Another Indie's game Lost Castle
Garner is also in support of adding Chinese voice acting to a game as, in his experience, it’s “a great way to gain attention and Chinese consumers appreciate the extra effort.” Luis Wong of of Chinese game publisher Indienova agrees with what Garner says about voice acting, but adds a caveat: “if the quality is not good enough, that might be worse than not having it at all.”
Your options when it comes to getting a Chinese translation of a game are split in two. Either you can partner up with a publisher who will handle the translation for you, as well as localization and marketing. Or you can find an individual or agency who will typically only demand a single payment to translate the game. (Read on for tips on how to pursue the latter option.)
Knowing what the Chinese audience wants
There’s a conventional wisdom forming that simply having Chinese text available for a Steam game instantly opens it up to the Chinese audience. But the more you talk to those who are clued in on how the Chinese PC market works, the more it becomes clear that there’s much more to it than that.
Firstly, not all games are created equal, and as with any other regional market of players, the Chinese audience has a particular taste. Ahmad, the analyst at Niko Partners, says that the majority of Chinese players still prefer MMOs, MMORPGs, and MOBAs, especially if they use a free-to-play pricing model. After all, Valve opened up Steam to China back in 2013 purely to sell DOTA 2 there. That means many of the Chinese players that have joined Steam since have done so just to play that one game. But they may possibly be open to trying out games similar to it.
Iain Garner from Another Indie has more to add to that line of thought. “Roguelike and roguelite games seem to be doing exceptionally well in China, likely due to the replay value,” Garner says. “Chinese players prefer Asian-style artistry and games that have cute little "chibi" characters (like Lost Castle) or other anime aesthetics (like ICEY) seem to perform better than pixel art games, which many Chinese gamers find off putting."
Luis Wong of Indienova concurs that games with anime-style art prove the most popular among Chinese players. “But games with a unique art style like Monument Valley or Hidden Folks also got a lot of attention because of their visuals,” according to Wong. Yuan adds that the Western cartoon style, as seen in TV series like Futurama and Family Guy is actively disliked by Chinese audiences.
Another key factor to a game’s success in China is having an online component: “Local co-op is not a gaming tradition here so online co-op is a must,” says Garner. He isn’t the only person to emphasize the importance of competition in games for Chinese players.

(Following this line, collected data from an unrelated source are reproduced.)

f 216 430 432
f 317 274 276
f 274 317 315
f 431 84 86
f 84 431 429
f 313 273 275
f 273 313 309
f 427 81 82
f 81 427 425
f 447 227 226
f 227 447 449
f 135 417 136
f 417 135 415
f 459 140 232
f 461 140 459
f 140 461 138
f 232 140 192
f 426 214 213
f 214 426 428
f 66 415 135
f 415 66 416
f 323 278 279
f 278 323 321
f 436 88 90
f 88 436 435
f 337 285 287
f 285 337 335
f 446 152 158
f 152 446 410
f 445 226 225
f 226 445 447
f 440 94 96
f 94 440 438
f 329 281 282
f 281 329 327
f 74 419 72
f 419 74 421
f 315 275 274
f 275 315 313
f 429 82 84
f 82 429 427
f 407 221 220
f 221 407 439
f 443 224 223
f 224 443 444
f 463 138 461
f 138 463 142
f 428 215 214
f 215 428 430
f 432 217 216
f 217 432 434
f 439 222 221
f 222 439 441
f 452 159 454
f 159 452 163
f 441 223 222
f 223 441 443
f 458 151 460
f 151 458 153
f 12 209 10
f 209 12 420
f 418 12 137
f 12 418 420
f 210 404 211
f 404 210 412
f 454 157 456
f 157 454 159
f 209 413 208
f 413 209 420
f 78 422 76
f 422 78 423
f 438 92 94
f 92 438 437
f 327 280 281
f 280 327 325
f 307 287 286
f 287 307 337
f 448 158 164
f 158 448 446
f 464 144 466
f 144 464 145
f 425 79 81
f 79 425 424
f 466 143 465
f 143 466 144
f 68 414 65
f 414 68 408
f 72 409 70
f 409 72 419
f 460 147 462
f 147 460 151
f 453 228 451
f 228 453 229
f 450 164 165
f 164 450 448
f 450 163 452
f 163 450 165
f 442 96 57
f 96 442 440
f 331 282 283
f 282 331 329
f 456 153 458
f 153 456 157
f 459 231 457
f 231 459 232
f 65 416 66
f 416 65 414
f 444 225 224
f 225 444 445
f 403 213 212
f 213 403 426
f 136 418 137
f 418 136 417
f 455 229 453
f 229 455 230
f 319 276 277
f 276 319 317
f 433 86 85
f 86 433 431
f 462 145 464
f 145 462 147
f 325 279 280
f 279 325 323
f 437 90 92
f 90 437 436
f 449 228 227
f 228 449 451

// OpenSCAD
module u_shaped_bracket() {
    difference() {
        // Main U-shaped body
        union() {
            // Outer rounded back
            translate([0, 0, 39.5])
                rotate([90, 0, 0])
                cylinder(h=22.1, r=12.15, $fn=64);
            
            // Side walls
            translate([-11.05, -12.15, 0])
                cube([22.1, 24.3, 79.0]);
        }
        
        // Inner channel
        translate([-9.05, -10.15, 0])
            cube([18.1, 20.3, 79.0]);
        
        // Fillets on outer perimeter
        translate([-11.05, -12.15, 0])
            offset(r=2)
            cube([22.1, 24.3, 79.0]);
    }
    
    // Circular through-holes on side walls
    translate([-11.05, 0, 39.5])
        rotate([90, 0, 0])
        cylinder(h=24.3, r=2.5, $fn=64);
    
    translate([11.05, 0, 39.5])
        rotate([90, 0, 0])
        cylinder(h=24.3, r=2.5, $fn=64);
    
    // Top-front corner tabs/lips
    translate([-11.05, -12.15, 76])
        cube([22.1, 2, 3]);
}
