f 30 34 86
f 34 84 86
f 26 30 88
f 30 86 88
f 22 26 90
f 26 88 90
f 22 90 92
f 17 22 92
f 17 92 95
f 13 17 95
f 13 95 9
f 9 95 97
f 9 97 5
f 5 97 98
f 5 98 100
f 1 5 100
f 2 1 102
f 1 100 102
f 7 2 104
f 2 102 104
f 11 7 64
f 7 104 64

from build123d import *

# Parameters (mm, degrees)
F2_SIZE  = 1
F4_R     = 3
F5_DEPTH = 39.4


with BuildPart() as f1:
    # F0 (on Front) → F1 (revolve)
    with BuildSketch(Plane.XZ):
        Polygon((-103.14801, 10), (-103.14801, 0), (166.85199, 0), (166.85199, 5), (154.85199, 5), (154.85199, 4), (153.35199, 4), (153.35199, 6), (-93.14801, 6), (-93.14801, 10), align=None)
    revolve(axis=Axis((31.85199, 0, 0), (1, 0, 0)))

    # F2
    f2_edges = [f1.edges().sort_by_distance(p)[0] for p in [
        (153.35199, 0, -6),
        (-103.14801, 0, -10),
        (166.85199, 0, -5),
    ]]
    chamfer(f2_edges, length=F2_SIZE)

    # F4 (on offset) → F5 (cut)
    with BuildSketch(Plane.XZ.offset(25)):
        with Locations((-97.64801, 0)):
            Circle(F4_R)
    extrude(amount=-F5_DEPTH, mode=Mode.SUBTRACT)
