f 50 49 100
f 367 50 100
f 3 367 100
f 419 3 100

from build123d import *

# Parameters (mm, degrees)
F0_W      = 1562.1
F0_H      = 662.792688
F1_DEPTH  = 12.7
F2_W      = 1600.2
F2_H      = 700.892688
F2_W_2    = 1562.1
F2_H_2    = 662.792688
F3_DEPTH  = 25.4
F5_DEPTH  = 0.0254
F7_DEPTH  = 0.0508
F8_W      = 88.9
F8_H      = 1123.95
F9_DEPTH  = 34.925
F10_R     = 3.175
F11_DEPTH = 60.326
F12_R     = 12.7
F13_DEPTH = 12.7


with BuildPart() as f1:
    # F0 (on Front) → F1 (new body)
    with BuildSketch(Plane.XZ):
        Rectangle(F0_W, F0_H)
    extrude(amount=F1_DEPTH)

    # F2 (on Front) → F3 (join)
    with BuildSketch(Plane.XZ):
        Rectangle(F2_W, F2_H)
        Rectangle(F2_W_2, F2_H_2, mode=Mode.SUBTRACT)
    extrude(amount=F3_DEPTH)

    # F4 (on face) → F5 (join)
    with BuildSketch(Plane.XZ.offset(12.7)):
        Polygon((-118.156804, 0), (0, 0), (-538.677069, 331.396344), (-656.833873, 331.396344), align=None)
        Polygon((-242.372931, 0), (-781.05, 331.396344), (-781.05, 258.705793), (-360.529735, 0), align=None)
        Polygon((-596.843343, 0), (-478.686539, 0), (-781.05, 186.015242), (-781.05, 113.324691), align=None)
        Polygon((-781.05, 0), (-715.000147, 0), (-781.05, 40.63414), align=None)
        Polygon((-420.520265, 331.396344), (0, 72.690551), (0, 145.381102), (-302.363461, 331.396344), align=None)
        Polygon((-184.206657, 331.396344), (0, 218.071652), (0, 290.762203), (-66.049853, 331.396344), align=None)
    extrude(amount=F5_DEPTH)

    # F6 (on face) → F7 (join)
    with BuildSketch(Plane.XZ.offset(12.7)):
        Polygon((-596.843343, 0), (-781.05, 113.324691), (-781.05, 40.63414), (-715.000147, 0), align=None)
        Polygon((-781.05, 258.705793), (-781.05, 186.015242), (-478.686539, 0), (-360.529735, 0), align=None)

Yuan Zeng, who has previously reported on China’s PC game market and been a business developer at a Chinese game studio, adds that competition is an especially important part of Chinese culture, and this spills into the games the population prefers to play.
Yuan says that due to this cultural mindset, Chinese players are most attracted to online games with PvP elements, but notes that the diverse catalog of games available on Steam seems to also have broadened their tastes. “I think the new growth area is open-world survival battleground games (H1Z1, PLAYERUNKNOWN’S BATTLEGROUNDS, and maybe Escape from Tarkov).”